Lo scenario del digitale in Italia

Cresce la popolazione online in Italia: a dicembre 2016 due italiani su tre (65%) sono connessi, un dato trainato principalmente dagli accessi da dispositivi mobile (+12% sul 2015) che evidenzia sia dei gap che dei potenziali di crescita significativi rispetto ai paesi più sviluppati. Il traffico via mobile è è particolarmente concentrato su determinate tipologie di contenuti (messaggistica e social network) e su poche specifiche app: 6 minuti ogni 10 vengono trascorsi su Facebook o Whatsapp. Sono 4,4 milioni gli utenti che guardano video quasi ogni giorno da mobile, a dimostrazione che anche in Italia la rete nel breve periodo potrà crescere come piattaforma di entertainment. Queste alcune delle evidenze presentate oggi da comScore all’interno del report “Internet in Italia – I Trend del 2017”, una fotografia dello stato attuale della penetrazione di internet e uno sguardo ai trend già in atto nei principali paesi “internet ready” a livello globale.

L’evoluzione delle audience digitali
La penetrazione di Internet in Italia calcolata sui maggiorenni e su base mensile si ferma al 64% mostrando ancora un differenziale significativo rispetto a quella dei Paesi digitalmente più evoluti. La distanza è purtroppo consistente non soltanto per quanto riguarda gli accessi da desktop, dove il gap è noto e conosciuto da tempo, ma anche relativamente agli accessi da dispositivi mobili dove il 53% di penetrazione dell’Italia risulta di 25 punti percentuali inferiore agli Stati Uniti (attestati al 78%) e di 17 più basso rispetto al Regno Unito (al 70%). I dispositivi mobili sono però il driver determinante di crescita dell’utilizzo di Internet in Italia; nel 2016 infatti sono cresciute del 12% le persone che hanno navigato in rete almeno una volta al mese con i propri device mobili a fronte di un calo del 4% di coloro che l’hanno fatto attraverso il desktop. Nonostante l’utilizzo del mobile sia largamente complementare a quello del desktop, una componente sempre più consistente di chi naviga in rete accede ormai esclusivamente con device mobili (gli utenti “mobile only” rappresentano infatti oggi circa un terzo di chi accede da Desktop) e tale fenomeno è proporzionalmente più pronunciato sulle fasce d’età più giovani.

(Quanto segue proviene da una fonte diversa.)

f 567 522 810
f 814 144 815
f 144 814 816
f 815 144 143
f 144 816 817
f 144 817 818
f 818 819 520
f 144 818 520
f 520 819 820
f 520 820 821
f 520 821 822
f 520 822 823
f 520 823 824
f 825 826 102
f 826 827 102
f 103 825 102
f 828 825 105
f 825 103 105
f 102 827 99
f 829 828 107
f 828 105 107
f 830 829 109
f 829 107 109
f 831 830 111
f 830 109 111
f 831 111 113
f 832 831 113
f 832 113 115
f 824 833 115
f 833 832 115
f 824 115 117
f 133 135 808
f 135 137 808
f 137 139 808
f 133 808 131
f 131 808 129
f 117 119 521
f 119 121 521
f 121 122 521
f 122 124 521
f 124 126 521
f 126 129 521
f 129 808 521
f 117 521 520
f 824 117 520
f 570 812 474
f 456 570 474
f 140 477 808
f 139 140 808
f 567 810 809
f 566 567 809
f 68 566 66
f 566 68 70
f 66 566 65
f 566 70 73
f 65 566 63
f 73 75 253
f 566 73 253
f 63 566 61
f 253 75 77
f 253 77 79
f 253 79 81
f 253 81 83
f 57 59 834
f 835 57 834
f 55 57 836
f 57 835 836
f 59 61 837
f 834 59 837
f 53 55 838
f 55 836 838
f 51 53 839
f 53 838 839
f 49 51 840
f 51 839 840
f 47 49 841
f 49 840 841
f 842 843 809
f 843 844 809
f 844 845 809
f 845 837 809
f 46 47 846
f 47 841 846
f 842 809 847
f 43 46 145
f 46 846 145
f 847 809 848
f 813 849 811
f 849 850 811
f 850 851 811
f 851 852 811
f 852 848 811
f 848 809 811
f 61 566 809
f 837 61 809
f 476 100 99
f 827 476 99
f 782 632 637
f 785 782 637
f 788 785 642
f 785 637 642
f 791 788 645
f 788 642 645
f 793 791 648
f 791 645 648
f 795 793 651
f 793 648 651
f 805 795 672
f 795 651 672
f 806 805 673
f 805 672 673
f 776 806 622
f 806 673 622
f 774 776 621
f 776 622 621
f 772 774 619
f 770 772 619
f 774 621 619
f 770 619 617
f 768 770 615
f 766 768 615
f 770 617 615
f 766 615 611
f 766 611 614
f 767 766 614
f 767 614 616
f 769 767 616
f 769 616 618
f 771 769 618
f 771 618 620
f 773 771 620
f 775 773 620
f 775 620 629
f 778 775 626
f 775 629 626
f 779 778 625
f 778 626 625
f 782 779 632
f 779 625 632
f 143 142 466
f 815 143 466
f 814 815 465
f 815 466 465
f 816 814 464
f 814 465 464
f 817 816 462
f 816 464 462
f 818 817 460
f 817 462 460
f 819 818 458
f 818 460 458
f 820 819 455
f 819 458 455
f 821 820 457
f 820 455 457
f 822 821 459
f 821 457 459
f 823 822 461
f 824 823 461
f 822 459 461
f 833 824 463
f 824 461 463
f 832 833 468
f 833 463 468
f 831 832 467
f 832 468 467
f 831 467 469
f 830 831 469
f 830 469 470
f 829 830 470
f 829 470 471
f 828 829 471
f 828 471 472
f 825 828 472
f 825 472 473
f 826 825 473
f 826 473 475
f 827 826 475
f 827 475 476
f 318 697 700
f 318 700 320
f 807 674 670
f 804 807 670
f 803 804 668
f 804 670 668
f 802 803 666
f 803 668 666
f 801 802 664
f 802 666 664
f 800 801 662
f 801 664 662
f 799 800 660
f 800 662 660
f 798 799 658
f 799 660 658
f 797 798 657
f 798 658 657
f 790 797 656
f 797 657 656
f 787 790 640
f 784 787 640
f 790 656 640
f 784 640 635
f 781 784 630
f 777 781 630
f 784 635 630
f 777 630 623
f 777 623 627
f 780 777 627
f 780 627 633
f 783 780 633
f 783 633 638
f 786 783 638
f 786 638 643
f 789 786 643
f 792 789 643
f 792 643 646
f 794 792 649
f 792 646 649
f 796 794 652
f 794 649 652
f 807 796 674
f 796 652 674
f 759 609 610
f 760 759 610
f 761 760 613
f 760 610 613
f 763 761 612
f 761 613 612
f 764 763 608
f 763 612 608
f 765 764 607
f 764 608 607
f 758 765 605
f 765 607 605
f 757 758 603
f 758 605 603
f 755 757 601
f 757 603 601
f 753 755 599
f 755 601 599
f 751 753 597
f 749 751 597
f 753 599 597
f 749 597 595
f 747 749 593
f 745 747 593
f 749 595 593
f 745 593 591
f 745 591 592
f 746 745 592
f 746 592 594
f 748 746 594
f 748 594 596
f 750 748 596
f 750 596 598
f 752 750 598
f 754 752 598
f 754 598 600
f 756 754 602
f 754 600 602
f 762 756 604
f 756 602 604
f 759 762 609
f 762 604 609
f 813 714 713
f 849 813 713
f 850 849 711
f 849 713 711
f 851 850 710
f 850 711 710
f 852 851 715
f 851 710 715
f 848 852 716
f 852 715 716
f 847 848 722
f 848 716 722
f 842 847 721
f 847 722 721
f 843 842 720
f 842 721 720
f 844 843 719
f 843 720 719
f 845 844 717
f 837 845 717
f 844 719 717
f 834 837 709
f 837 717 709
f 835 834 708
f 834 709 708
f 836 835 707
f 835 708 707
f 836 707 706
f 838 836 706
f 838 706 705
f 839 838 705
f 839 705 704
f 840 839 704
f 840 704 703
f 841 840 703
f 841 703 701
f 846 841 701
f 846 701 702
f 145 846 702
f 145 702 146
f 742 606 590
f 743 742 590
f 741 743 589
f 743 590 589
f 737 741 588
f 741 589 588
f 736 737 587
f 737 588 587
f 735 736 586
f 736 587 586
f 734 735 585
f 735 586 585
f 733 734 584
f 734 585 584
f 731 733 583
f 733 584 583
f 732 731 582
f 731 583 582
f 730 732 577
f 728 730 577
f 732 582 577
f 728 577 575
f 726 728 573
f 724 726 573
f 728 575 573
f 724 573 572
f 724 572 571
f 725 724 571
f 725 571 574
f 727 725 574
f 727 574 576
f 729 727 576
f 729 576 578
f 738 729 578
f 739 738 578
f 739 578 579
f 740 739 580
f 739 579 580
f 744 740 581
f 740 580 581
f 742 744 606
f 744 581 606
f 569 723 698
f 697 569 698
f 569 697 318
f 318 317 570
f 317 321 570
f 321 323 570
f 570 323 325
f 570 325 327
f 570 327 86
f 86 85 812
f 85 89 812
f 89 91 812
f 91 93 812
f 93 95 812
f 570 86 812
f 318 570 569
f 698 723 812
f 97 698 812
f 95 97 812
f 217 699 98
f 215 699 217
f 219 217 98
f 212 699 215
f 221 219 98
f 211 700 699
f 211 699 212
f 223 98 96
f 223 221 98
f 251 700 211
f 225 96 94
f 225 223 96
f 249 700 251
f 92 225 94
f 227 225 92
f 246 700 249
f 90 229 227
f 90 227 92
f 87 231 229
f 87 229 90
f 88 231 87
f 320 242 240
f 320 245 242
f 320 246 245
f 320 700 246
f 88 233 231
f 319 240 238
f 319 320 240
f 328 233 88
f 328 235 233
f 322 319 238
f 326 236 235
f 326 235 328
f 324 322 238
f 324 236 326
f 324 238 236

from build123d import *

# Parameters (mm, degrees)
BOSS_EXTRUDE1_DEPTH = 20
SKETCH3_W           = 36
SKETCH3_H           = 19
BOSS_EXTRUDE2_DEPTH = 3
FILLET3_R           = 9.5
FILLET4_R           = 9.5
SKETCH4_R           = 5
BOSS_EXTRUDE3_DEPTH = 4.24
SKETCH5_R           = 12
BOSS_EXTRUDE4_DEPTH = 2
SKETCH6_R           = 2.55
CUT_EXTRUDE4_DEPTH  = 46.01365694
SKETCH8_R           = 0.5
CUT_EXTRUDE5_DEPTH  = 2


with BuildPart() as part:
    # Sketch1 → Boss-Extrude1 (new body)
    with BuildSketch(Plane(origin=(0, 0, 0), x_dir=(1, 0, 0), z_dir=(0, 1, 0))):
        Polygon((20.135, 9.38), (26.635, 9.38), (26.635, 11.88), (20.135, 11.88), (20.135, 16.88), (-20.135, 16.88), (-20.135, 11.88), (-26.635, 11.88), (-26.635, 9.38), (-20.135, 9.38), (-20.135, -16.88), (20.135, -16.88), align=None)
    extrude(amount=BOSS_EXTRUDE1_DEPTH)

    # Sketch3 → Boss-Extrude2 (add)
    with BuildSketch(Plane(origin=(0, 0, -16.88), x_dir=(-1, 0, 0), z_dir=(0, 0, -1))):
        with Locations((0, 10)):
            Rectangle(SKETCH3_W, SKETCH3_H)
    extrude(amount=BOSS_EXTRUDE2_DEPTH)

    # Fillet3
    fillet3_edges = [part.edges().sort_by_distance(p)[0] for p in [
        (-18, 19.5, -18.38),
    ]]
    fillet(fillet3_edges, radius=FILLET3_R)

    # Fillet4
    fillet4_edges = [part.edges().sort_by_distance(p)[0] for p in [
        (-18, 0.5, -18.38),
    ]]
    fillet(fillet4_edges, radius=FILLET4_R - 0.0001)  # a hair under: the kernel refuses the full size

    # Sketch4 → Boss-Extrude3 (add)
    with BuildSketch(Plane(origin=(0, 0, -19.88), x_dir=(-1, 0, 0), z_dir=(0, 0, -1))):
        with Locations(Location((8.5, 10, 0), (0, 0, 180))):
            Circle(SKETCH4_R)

Lo spostamento e la concentrazione del traffico
Lo spostamento delle Audience si nota ovviamente anche sulla distribuzione e concentrazione del traffico online. Sui device mobili alla fine del 2016 gli italiani spendono circa due minuti su tre (65%) del totale del tempo trascorso in rete, dato in linea con quelli di USA (69%) e UK (64%). In termini di concentrazione in Italia oltre la metà del tempo sulla rete viene trascorso sui social media e sui servizi di messaggistica, mentre in USA e UK la categoria di contenuto con il più alto tasso di utilizzo è l’Entertainment.

Il ruolo delle App nell’ecosistema
Su queste dinamiche, spostamento delle Audience e distribuzione del traffico, giocano un ruolo determinante le app su cui oggi si trascorre circa il 90% del tempo da dispositivi mobili e quindi il 57% del totale del tempo speso in rete (dati allineati a quelli dei paesi più sviluppati). Il livello di concentrazione sia del traffico che delle Audience in ambiente app è ancora più forte: circa il 60% del tempo totale viene infatti trascorso sulle due app più utilizzate (WhatsApp e Facebook) mentre in termini di penetrazione sugli utilizzatori di smartphone tutte le prime 10 App appartengono a Google o Facebook. L’alto grado di concentrazione si associa ad elevate barriere all’entrata in ambiente App. In Italia un sorprendentemente basso numero di possessori di smartphone (34,2%) scarica infatti almeno una nuova applicazione al mese, dato in linea con quello di Germania e Spagna (rispettivamente 33,7% e 31,7%) e superiore al dato francese (23,4%) ma lontano dalla maggiore disponibilità a scoprire nuove app che fanno segnare UK (41,4%) e USA (48,7%). E’ inoltre interessante notare come la mobile audience italiana, in confronto con i consumatori degli altri Paesi più sviluppati, faccia registrare i più alti tassi di acquisto via mobile sia da app (11,2%) che da browser (16,4%).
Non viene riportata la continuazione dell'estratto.